- GOAL OF THE EXERCISE -
Reproduce the opening lines of the records exactly, up to and including the line in which "FreeCAD Python script" occurs.

- MATERIAL TO PROCESS -
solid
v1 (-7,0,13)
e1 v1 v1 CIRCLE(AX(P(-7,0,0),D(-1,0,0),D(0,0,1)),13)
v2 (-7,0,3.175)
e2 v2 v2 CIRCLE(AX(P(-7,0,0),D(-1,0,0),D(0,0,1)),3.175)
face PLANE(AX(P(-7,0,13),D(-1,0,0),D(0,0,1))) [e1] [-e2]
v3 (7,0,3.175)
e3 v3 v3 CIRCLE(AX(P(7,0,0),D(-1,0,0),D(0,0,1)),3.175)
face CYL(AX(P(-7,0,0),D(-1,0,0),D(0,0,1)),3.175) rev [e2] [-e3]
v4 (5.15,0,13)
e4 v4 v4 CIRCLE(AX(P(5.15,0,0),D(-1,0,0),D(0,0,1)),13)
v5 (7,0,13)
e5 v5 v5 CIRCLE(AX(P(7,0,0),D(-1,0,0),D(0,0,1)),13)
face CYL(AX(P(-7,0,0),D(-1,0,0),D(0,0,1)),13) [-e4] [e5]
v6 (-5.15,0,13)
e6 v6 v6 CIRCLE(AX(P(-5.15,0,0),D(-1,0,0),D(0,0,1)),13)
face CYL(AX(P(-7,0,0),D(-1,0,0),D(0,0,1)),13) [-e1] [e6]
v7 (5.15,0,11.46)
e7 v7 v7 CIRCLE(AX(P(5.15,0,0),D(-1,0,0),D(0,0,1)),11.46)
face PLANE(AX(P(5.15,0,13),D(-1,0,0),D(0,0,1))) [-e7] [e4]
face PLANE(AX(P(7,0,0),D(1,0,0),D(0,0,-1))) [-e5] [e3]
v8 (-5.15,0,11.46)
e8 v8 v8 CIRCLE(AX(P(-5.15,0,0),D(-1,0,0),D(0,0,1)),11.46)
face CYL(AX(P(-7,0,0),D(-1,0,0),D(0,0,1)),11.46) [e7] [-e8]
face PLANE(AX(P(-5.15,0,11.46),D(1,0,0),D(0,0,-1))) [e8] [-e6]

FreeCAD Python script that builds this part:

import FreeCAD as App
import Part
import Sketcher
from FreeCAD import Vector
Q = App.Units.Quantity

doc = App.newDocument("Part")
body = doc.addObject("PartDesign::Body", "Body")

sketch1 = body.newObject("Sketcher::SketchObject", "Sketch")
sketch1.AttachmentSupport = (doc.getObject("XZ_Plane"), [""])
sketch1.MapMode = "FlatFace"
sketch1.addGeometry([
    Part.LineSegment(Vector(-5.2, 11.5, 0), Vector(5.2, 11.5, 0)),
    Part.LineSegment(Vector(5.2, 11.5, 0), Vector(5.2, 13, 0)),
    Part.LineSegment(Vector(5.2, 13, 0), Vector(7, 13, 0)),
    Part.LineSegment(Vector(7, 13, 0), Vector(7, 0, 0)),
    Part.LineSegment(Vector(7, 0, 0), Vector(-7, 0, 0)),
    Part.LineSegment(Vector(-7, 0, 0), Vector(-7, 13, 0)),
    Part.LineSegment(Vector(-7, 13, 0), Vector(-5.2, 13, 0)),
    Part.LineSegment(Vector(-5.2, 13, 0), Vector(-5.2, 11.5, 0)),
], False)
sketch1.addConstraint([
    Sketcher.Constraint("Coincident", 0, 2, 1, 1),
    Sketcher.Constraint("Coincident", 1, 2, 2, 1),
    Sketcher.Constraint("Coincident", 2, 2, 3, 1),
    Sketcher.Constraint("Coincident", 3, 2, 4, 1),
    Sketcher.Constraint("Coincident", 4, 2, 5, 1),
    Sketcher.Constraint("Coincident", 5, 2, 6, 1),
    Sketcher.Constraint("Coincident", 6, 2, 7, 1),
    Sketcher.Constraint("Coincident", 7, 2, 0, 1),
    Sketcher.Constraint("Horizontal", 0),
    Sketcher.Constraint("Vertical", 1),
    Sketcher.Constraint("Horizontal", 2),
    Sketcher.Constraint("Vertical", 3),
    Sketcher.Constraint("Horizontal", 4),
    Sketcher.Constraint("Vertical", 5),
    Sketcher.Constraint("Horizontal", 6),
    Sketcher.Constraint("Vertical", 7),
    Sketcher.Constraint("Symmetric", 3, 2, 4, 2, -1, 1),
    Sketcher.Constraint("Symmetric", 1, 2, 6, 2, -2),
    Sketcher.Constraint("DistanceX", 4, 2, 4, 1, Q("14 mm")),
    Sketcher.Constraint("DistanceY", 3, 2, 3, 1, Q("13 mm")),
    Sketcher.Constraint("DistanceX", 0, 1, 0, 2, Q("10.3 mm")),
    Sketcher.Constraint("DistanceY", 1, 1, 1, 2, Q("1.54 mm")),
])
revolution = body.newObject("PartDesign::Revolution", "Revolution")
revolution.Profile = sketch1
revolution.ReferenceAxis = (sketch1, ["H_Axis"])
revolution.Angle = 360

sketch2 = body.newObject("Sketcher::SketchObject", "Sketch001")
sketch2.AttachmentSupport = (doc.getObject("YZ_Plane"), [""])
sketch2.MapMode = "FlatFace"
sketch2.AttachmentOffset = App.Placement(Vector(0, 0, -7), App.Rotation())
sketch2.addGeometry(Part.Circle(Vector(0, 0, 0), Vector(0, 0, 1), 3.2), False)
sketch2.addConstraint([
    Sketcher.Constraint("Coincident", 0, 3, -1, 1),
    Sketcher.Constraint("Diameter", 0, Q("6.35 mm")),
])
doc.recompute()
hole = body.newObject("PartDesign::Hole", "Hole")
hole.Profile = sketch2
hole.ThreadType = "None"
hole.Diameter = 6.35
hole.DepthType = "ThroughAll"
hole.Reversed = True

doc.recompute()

- WRITTEN SOLUTION -
solid
v1 (-7,0,13)
e1 v1 v1 CIRCLE(AX(P(-7,0,0),D(-1,0,0),D(0,0,1)),13)
v2 (-7,0,3.175)
e2 v2 v2 CIRCLE(AX(P(-7,0,0),D(-1,0,0),D(0,0,1)),3.175)
face PLANE(AX(P(-7,0,13),D(-1,0,0),D(0,0,1))) [e1] [-e2]
v3 (7,0,3.175)
e3 v3 v3 CIRCLE(AX(P(7,0,0),D(-1,0,0),D(0,0,1)),3.175)
face CYL(AX(P(-7,0,0),D(-1,0,0),D(0,0,1)),3.175) rev [e2] [-e3]
v4 (5.15,0,13)
e4 v4 v4 CIRCLE(AX(P(5.15,0,0),D(-1,0,0),D(0,0,1)),13)
v5 (7,0,13)
e5 v5 v5 CIRCLE(AX(P(7,0,0),D(-1,0,0),D(0,0,1)),13)
face CYL(AX(P(-7,0,0),D(-1,0,0),D(0,0,1)),13) [-e4] [e5]
v6 (-5.15,0,13)
e6 v6 v6 CIRCLE(AX(P(-5.15,0,0),D(-1,0,0),D(0,0,1)),13)
face CYL(AX(P(-7,0,0),D(-1,0,0),D(0,0,1)),13) [-e1] [e6]
v7 (5.15,0,11.46)
e7 v7 v7 CIRCLE(AX(P(5.15,0,0),D(-1,0,0),D(0,0,1)),11.46)
face PLANE(AX(P(5.15,0,13),D(-1,0,0),D(0,0,1))) [-e7] [e4]
face PLANE(AX(P(7,0,0),D(1,0,0),D(0,0,-1))) [-e5] [e3]
v8 (-5.15,0,11.46)
e8 v8 v8 CIRCLE(AX(P(-5.15,0,0),D(-1,0,0),D(0,0,1)),11.46)
face CYL(AX(P(-7,0,0),D(-1,0,0),D(0,0,1)),11.46) [e7] [-e8]
face PLANE(AX(P(-5.15,0,11.46),D(1,0,0),D(0,0,-1))) [e8] [-e6]

FreeCAD Python script that builds this part:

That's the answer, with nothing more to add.